◆ How to complete this task: Among the lines below, copy exactly those from the one with "v18 (7,-2.1,2)" through the one with "e25 v23 v23", counting both ends.

◆ Information:
■ ■ ■ ■ ■

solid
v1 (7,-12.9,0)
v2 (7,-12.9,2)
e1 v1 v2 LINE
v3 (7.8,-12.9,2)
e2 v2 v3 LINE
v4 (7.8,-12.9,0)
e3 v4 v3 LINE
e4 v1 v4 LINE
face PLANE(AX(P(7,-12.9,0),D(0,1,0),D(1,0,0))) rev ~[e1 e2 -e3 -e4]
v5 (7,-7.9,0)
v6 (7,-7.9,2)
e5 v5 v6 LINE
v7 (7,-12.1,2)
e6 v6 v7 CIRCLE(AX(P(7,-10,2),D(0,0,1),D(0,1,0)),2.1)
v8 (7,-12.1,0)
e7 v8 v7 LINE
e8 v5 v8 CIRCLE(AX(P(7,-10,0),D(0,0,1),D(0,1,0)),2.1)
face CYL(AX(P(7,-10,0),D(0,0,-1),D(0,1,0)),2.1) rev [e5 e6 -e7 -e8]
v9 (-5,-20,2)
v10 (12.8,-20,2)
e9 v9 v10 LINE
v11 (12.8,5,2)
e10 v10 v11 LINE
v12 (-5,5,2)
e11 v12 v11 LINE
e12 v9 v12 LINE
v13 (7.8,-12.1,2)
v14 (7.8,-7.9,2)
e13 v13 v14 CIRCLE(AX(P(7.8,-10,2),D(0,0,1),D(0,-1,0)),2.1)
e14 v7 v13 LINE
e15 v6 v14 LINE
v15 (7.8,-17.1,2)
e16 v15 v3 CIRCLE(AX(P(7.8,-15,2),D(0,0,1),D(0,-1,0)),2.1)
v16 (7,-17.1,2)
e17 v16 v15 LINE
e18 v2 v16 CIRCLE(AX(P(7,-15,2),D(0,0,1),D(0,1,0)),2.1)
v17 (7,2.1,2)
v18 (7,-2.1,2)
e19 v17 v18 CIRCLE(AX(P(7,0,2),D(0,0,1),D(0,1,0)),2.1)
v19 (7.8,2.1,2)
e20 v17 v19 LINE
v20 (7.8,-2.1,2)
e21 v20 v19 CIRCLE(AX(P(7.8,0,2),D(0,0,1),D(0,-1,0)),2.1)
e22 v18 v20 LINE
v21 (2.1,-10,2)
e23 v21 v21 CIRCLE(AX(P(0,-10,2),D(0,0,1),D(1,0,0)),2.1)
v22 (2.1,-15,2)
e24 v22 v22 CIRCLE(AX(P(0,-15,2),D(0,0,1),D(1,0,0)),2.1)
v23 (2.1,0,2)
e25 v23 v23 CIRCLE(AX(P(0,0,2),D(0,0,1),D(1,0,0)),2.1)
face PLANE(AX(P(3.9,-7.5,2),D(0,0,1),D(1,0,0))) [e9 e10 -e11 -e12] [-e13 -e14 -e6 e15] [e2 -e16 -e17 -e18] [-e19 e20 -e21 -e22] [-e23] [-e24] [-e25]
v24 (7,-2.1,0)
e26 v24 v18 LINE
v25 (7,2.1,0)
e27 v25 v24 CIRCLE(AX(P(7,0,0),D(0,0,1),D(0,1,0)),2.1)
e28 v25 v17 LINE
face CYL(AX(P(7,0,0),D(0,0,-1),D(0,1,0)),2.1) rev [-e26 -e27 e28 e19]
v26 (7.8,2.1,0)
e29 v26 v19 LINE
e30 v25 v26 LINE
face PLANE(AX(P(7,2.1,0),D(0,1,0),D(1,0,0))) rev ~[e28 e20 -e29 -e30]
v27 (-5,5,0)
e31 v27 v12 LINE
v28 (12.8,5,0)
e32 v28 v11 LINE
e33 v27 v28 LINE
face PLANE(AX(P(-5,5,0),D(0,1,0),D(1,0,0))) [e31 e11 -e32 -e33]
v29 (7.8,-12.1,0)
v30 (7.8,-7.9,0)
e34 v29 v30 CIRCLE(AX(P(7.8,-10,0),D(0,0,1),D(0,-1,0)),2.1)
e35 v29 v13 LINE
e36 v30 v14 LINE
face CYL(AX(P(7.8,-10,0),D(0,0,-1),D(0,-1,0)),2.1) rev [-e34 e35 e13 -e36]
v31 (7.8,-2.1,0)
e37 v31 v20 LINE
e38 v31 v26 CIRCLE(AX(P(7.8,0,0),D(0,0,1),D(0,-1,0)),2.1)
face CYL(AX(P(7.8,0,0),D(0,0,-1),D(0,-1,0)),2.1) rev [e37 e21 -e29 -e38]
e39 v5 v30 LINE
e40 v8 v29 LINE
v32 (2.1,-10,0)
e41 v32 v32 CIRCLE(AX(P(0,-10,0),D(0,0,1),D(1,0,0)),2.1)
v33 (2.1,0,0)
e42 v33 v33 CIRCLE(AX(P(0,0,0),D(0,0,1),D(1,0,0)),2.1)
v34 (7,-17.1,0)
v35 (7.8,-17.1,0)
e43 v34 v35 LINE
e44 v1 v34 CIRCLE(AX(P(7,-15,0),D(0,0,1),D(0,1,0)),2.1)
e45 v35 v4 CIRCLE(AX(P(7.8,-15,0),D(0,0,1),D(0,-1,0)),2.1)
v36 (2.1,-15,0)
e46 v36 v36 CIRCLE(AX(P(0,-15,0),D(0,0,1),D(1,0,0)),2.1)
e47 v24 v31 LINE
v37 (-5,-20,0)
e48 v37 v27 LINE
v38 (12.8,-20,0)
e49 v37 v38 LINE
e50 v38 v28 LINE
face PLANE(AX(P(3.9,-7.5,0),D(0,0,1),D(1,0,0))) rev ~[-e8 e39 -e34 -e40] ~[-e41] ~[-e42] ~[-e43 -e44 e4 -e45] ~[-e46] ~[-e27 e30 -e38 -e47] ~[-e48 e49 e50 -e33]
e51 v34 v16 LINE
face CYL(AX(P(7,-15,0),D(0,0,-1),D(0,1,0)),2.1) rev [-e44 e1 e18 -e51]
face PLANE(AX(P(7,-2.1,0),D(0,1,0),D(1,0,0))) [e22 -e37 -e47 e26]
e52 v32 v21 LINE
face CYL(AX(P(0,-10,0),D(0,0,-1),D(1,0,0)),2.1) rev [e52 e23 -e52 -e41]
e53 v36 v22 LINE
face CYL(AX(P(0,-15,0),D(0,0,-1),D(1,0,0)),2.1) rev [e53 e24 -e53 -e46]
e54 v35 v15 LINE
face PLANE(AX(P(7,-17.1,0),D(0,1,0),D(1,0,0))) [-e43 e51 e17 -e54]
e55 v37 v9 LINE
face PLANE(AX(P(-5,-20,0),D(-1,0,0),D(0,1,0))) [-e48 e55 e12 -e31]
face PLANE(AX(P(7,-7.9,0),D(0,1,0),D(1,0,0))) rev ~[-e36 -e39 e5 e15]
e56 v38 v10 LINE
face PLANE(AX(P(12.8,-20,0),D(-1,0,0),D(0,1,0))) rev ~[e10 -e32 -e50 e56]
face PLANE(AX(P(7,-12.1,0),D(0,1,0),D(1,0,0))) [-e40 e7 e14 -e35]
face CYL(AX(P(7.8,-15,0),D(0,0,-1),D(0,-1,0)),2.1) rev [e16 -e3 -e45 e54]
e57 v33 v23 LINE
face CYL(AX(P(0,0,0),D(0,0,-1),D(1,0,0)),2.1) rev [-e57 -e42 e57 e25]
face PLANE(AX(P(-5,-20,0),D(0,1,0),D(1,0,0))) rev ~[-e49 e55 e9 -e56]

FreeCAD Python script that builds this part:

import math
import FreeCAD as App
import Part
import Sketcher
from FreeCAD import Vector


def add_polygon(sketch, points):
    """Adds a closed chain of lines whose ends are joined by coincident constraints."""
    first, n = sketch.GeometryCount, len(points)
    for a, b in zip(points, points[1:] + points[:1]):
        sketch.addGeometry(Part.LineSegment(App.Vector(*a, 0), App.Vector(*b, 0)), False)
    for i in range(n):
        sketch.addConstraint(Sketcher.Constraint("Coincident", first + i, 2, first + (i + 1) % n, 1))

doc = App.newDocument("Part")
params = doc.addObject("Spreadsheet::Sheet", "Params")
for row, (alias, value) in enumerate([
    ("sketch1_diameter", "4.2 mm"),
    ("sketch1_height", "25 mm"),
    ("sketch1_width", "17.8 mm"),
    ("sketch1_width2", "0.8 mm"),
    ("pad1_length", "2 mm"),
], start=1):
    params.set(f"A{row}", alias)
    params.set(f"B{row}", "=" + value)
    params.setAlias(f"B{row}", alias)

body = doc.addObject("PartDesign::Body", "Body")

sketch1 = doc.addObject("Sketcher::SketchObject", "Sketch")
body.addObject(sketch1)
sketch1.AttachmentSupport = (doc.XY_Plane, [""])
sketch1.MapMode = "FlatFace"
add_polygon(sketch1, [(-5, 5), (-5, -20), (12.8, -20), (12.8, 5)])
sketch1.addGeometry(Part.Circle(Vector(0, -15, 0), Vector(0, 0, 1), 2.1), False)
sketch1.addGeometry(Part.Circle(Vector(0, -10, 0), Vector(0, 0, 1), 2.1), False)
sketch1.addGeometry(Part.ArcOfCircle(Part.Circle(Vector(7, -15, 0), Vector(0, 0, 1), 2.1), math.radians(90), math.radians(270)), False)
sketch1.addGeometry(Part.LineSegment(Vector(7, -12.9, 0), Vector(7.8, -12.9, 0)), False)
sketch1.addGeometry(Part.ArcOfCircle(Part.Circle(Vector(7.8, -15, 0), Vector(0, 0, 1), 2.1), math.radians(-90), math.radians(90)), False)
sketch1.addGeometry(Part.LineSegment(Vector(7.8, -17.1, 0), Vector(7, -17.1, 0)), False)
sketch1.addGeometry(Part.ArcOfCircle(Part.Circle(Vector(7, -10, 0), Vector(0, 0, 1), 2.1), math.radians(90), math.radians(270)), False)
sketch1.addGeometry(Part.LineSegment(Vector(7, -7.9, 0), Vector(7.8, -7.9, 0)), False)
sketch1.addGeometry(Part.ArcOfCircle(Part.Circle(Vector(7.8, -10, 0), Vector(0, 0, 1), 2.1), math.radians(-90), math.radians(90)), False)
sketch1.addGeometry(Part.LineSegment(Vector(7.8, -12.1, 0), Vector(7, -12.1, 0)), False)
sketch1.addGeometry(Part.Circle(Vector(0, 0, 0), Vector(0, 0, 1), 2.1), False)
sketch1.addGeometry(Part.ArcOfCircle(Part.Circle(Vector(7, 0, 0), Vector(0, 0, 1), 2.1), math.radians(90), math.radians(270)), False)
sketch1.addGeometry(Part.LineSegment(Vector(7, 2.1, 0), Vector(7.8, 2.1, 0)), False)
sketch1.addGeometry(Part.ArcOfCircle(Part.Circle(Vector(7.8, 0, 0), Vector(0, 0, 1), 2.1), math.radians(-90), math.radians(90)), False)
sketch1.addGeometry(Part.LineSegment(Vector(7.8, -2.1, 0), Vector(7, -2.1, 0)), False)
sketch1.addConstraint([
    Sketcher.Constraint("Tangent", 6, 1, 7, 1),
    Sketcher.Constraint("Tangent", 7, 2, 8, 2),
    Sketcher.Constraint("Tangent", 8, 1, 9, 1),
    Sketcher.Constraint("Tangent", 9, 2, 6, 2),
    Sketcher.Constraint("Tangent", 10, 1, 11, 1),
    Sketcher.Constraint("Tangent", 11, 2, 12, 2),
    Sketcher.Constraint("Tangent", 12, 1, 13, 1),
    Sketcher.Constraint("Tangent", 13, 2, 10, 2),
    Sketcher.Constraint("Tangent", 15, 1, 16, 1),
    Sketcher.Constraint("Tangent", 16, 2, 17, 2),
    Sketcher.Constraint("Tangent", 17, 1, 18, 1),
    Sketcher.Constraint("Tangent", 18, 2, 15, 2),
    Sketcher.Constraint("Vertical", 0),
    Sketcher.Constraint("Horizontal", 1),
    Sketcher.Constraint("Vertical", 2),
    Sketcher.Constraint("Horizontal", 3),
    Sketcher.Constraint("Horizontal", 7),
    Sketcher.Constraint("Horizontal", 9),
    Sketcher.Constraint("Horizontal", 11),
    Sketcher.Constraint("Horizontal", 13),
    Sketcher.Constraint("Horizontal", 16),
    Sketcher.Constraint("Horizontal", 18),
    Sketcher.Constraint("Coincident", 14, 3, -1, 1),
    Sketcher.Constraint("Equal", 4, 5),
    Sketcher.Constraint("Equal", 5, 6),
    Sketcher.Constraint("Equal", 8, 10),
    Sketcher.Constraint("Equal", 12, 14),
    Sketcher.Constraint("Equal", 14, 15),
    Sketcher.Constraint("PointOnObject", 4, 3, -2),
    Sketcher.Constraint("PointOnObject", 5, 3, -2),
    Sketcher.Constraint("PointOnObject", 15, 3, -1),
    Sketcher.Constraint("Horizontal", 4, 3, 6, 3),
    Sketcher.Constraint("Horizontal", 5, 3, 10, 3),
    Sketcher.Constraint("Vertical", 6, 3, 10, 3),
    Sketcher.Constraint("Vertical", 8, 3, 12, 3),
    Sketcher.Constraint("Vertical", 10, 3, 15, 3),
    Sketcher.Constraint("Vertical", 12, 3, 17, 3),
    Sketcher.Constraint("Diameter", 4, 4.2),
    Sketcher.Constraint("DistanceY", 0, 2, 0, 1, 25.0),
    Sketcher.Constraint("DistanceX", 1, 1, 1, 2, 17.8),
    Sketcher.Constraint("DistanceX", 7, 1, 7, 2, 0.8),
    Sketcher.Constraint("DistanceY", 4, 3, -1, 1, 15.0),
    Sketcher.Constraint("DistanceY", 5, 3, -1, 1, 10.0),
    Sketcher.Constraint("DistanceX", -1, 1, 6, 3, 7.0),
    Sketcher.Constraint("DistanceX", 0, 2, -1, 1, 5.0),
    Sketcher.Constraint("DistanceY", 0, 2, -1, 1, 20.0),
])
sketch1.setExpression("Constraints[41]", "Params.sketch1_diameter")
sketch1.setExpression("Constraints[42]", "Params.sketch1_height")
sketch1.setExpression("Constraints[43]", "Params.sketch1_width")
sketch1.setExpression("Constraints[44]", "Params.sketch1_width2")
pad1 = doc.addObject("PartDesign::Pad", "Pad")
body.addObject(pad1)
pad1.Profile = sketch1
pad1.setExpression("Length", "Params.pad1_length")

doc.recompute()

■ ■ ■ ■ ■

◆ Written solution:
v18 (7,-2.1,2)
e19 v17 v18 CIRCLE(AX(P(7,0,2),D(0,0,1),D(0,1,0)),2.1)
v19 (7.8,2.1,2)
e20 v17 v19 LINE
v20 (7.8,-2.1,2)
e21 v20 v19 CIRCLE(AX(P(7.8,0,2),D(0,0,1),D(0,-1,0)),2.1)
e22 v18 v20 LINE
v21 (2.1,-10,2)
e23 v21 v21 CIRCLE(AX(P(0,-10,2),D(0,0,1),D(1,0,0)),2.1)
v22 (2.1,-15,2)
e24 v22 v22 CIRCLE(AX(P(0,-15,2),D(0,0,1),D(1,0,0)),2.1)
v23 (2.1,0,2)
e25 v23 v23 CIRCLE(AX(P(0,0,2),D(0,0,1),D(1,0,0)),2.1)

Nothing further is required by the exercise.